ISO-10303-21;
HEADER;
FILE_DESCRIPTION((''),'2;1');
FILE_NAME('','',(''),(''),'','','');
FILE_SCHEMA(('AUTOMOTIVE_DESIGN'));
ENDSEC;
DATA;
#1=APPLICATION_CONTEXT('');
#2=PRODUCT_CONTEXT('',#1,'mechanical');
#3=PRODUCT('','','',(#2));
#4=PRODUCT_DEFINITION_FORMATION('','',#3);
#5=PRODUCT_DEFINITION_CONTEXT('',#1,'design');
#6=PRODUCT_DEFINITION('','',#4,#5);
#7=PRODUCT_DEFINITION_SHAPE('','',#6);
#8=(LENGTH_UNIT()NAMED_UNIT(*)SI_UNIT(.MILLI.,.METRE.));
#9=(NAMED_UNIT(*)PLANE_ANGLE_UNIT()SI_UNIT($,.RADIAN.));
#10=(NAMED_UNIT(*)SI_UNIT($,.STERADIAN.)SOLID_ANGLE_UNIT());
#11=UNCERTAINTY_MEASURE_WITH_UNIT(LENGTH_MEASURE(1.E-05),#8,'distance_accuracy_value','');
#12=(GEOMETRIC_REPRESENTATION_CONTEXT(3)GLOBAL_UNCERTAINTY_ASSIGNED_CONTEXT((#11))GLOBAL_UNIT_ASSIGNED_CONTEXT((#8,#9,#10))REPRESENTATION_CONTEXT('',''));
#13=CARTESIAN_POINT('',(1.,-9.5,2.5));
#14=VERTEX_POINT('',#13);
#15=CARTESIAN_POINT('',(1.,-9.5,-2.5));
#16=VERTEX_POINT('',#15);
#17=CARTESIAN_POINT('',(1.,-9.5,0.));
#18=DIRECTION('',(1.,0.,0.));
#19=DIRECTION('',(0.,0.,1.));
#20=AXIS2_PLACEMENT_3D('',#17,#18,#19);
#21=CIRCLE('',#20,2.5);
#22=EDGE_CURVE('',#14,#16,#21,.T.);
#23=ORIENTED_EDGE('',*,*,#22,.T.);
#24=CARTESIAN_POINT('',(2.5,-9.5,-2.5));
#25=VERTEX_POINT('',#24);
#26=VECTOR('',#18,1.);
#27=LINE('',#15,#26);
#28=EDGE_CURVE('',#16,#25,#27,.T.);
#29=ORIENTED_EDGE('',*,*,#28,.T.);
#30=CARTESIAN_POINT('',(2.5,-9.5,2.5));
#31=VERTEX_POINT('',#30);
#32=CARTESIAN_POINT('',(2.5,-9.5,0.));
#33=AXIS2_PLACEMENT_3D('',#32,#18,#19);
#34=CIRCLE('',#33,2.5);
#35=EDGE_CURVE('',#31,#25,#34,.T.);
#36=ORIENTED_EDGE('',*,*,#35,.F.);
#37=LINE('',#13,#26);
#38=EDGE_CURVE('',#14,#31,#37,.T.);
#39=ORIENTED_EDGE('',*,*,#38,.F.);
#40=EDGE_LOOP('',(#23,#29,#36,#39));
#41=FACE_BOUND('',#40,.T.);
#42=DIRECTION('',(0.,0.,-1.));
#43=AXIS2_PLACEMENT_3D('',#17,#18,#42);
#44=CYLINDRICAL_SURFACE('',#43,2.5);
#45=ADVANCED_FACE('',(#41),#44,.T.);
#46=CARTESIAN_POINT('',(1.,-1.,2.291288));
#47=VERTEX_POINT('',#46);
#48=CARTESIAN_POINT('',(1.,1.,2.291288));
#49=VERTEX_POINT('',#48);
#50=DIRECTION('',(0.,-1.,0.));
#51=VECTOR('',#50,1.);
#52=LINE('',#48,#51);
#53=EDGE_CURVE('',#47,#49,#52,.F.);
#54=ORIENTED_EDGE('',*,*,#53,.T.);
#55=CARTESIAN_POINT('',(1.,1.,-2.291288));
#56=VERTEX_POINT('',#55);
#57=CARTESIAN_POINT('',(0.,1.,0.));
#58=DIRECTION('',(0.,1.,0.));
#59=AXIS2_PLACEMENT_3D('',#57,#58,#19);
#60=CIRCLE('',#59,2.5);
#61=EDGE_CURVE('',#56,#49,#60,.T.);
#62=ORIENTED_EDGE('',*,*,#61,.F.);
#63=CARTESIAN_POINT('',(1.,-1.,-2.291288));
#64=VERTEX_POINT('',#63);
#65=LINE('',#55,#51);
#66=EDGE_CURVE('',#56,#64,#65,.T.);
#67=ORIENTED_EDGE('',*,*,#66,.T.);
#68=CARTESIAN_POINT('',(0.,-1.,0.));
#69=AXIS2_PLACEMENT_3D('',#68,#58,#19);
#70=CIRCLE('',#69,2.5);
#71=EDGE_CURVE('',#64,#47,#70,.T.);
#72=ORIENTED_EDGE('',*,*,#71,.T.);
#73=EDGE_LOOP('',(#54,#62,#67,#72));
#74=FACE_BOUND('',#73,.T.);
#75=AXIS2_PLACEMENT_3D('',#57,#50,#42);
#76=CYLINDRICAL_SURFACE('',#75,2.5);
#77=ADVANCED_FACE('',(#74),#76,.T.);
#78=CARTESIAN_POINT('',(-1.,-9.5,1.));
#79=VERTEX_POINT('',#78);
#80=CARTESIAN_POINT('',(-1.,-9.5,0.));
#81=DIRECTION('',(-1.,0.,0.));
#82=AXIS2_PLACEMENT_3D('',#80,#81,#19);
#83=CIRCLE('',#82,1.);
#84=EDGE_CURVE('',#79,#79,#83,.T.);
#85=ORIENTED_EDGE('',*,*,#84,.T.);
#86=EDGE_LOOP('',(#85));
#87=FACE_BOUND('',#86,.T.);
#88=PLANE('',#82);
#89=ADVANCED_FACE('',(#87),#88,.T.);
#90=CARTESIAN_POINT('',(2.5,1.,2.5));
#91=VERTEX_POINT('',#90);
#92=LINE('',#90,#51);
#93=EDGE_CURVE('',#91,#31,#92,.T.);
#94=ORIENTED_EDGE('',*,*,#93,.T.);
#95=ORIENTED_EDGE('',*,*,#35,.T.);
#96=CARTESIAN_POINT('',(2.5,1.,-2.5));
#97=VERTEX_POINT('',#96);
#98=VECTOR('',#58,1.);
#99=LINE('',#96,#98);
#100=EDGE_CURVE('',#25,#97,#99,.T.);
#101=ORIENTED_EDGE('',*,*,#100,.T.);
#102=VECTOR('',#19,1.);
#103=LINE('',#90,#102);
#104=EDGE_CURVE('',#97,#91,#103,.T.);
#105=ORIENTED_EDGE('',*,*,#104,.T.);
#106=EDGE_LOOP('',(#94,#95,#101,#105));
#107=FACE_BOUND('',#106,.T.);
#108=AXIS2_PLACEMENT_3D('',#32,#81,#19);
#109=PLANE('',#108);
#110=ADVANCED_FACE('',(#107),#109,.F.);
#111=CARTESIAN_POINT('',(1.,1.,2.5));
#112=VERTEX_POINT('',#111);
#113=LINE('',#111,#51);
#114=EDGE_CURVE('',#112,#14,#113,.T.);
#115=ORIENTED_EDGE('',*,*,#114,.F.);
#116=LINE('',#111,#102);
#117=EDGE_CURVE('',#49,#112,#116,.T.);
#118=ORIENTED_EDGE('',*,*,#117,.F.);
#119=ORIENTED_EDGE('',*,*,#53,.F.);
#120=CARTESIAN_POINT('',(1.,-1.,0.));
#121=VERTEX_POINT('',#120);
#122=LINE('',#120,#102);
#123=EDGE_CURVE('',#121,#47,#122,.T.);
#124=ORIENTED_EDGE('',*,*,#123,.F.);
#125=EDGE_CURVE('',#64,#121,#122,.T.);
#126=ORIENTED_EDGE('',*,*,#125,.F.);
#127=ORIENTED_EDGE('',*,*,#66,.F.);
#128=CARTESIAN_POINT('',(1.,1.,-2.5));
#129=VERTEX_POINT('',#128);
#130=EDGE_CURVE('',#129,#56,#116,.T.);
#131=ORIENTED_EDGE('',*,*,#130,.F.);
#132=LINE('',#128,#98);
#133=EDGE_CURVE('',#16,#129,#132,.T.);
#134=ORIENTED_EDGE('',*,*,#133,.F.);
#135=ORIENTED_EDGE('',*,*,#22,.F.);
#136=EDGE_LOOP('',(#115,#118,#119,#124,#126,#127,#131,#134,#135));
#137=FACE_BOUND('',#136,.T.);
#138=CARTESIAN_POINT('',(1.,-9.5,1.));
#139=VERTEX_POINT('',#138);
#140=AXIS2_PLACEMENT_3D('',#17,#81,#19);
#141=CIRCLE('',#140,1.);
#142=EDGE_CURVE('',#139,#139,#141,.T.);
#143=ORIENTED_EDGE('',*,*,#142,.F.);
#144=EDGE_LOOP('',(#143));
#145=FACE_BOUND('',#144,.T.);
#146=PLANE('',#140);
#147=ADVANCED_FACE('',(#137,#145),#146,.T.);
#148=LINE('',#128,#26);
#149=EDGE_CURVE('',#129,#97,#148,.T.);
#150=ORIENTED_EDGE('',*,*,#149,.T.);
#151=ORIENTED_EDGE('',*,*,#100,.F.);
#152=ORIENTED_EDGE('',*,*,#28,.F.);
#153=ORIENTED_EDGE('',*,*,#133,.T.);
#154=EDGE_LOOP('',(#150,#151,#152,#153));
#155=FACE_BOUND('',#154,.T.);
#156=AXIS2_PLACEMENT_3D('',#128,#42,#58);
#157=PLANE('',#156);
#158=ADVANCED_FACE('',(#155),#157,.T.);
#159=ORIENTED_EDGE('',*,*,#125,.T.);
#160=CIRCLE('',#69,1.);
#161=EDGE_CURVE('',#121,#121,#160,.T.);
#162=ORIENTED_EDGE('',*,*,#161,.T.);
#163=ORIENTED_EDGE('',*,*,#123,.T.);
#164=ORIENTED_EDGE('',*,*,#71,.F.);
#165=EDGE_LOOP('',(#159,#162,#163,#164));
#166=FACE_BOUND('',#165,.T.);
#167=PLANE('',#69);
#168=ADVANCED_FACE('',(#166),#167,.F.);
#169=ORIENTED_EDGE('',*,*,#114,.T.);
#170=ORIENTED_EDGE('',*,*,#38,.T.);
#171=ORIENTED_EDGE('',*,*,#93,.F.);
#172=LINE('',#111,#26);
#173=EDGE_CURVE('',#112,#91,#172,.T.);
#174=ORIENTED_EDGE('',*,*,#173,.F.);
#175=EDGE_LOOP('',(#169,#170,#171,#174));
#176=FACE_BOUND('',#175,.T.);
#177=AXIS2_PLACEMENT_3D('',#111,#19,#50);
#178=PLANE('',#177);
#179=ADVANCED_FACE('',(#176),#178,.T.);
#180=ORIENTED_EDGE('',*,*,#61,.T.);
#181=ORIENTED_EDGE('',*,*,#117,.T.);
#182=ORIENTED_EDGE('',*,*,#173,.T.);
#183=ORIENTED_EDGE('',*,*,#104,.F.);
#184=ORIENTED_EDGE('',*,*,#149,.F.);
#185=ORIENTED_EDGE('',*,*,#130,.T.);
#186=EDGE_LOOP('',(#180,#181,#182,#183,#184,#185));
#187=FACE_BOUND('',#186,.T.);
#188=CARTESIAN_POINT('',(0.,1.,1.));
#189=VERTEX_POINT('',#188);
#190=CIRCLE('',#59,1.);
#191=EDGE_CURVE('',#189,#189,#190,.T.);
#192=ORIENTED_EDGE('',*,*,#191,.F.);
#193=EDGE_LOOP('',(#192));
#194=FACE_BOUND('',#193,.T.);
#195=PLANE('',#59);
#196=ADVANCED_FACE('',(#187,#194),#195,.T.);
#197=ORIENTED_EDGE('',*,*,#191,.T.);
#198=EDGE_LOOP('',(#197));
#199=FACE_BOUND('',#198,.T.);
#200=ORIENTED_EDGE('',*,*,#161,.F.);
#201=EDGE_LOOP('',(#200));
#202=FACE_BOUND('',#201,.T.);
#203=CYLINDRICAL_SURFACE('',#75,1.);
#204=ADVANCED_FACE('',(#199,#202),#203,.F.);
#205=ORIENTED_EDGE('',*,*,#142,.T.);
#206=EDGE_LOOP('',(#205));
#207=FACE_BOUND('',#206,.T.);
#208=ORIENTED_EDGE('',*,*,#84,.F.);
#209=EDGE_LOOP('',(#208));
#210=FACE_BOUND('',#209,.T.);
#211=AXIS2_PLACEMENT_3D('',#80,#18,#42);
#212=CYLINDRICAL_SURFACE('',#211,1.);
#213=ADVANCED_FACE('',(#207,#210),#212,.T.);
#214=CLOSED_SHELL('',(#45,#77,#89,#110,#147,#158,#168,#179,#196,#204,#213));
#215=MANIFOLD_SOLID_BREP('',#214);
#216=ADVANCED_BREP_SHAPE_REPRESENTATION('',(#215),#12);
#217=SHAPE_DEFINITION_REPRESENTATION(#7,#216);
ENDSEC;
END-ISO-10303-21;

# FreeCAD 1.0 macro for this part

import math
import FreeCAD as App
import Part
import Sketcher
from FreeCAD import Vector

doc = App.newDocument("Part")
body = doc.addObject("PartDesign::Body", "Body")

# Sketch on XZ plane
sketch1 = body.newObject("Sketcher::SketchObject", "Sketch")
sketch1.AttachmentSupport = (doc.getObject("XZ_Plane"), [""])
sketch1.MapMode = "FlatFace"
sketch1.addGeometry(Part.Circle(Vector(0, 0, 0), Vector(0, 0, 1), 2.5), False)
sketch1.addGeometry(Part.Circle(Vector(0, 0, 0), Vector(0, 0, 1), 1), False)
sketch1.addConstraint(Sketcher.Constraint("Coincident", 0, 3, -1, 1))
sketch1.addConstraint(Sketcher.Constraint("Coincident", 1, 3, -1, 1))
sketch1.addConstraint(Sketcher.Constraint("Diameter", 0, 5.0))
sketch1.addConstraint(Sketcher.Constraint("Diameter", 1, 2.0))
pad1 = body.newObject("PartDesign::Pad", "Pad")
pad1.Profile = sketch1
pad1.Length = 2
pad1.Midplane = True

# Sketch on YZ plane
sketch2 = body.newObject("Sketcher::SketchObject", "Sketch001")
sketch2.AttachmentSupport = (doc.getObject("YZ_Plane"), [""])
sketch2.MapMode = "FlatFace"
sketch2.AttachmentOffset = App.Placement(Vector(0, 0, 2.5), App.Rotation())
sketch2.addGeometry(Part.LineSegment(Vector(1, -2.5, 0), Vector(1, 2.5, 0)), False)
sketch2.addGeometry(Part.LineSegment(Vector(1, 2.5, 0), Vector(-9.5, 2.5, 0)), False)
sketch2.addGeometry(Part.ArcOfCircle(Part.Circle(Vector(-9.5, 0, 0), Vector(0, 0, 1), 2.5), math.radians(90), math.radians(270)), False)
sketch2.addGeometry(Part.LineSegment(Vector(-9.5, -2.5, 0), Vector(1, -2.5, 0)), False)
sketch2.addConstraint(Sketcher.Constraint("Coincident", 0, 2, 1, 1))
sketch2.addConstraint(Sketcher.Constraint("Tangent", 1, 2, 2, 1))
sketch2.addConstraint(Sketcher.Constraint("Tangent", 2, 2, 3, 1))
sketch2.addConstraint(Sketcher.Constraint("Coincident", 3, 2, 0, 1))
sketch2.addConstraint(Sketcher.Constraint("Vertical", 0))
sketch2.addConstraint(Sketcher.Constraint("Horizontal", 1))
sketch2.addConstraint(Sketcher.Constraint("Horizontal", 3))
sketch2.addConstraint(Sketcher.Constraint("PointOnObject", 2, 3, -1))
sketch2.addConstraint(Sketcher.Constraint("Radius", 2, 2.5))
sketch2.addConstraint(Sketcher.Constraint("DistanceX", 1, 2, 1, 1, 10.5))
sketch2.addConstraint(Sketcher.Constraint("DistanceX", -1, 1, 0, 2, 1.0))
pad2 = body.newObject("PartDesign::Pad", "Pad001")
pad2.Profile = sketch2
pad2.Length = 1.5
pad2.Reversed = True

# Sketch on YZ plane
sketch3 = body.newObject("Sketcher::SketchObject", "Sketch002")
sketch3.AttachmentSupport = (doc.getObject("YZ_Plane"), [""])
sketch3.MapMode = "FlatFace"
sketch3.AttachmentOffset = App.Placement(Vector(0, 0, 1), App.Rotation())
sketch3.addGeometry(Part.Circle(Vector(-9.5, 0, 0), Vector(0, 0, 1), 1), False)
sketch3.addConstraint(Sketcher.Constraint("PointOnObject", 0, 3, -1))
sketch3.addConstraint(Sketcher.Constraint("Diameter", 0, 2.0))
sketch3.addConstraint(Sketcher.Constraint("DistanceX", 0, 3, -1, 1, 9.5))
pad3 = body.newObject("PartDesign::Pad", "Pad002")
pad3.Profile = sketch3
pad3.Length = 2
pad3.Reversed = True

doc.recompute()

———

* [Exercise requirements]: Could you retype exactly the lines above, starting at the line that contains "#107=FACE_BOUND('',#106,.T.);" and ending at the line that contains "#119=ORIENTED_EDGE('',*,*,#53,.F.);", and nothing more?

* [Exercise solution]:
#107=FACE_BOUND('',#106,.T.);
#108=AXIS2_PLACEMENT_3D('',#32,#81,#19);
#109=PLANE('',#108);
#110=ADVANCED_FACE('',(#107),#109,.F.);
#111=CARTESIAN_POINT('',(1.,1.,2.5));
#112=VERTEX_POINT('',#111);
#113=LINE('',#111,#51);
#114=EDGE_CURVE('',#112,#14,#113,.T.);
#115=ORIENTED_EDGE('',*,*,#114,.F.);
#116=LINE('',#111,#102);
#117=EDGE_CURVE('',#49,#112,#116,.T.);
#118=ORIENTED_EDGE('',*,*,#117,.F.);
#119=ORIENTED_EDGE('',*,*,#53,.F.);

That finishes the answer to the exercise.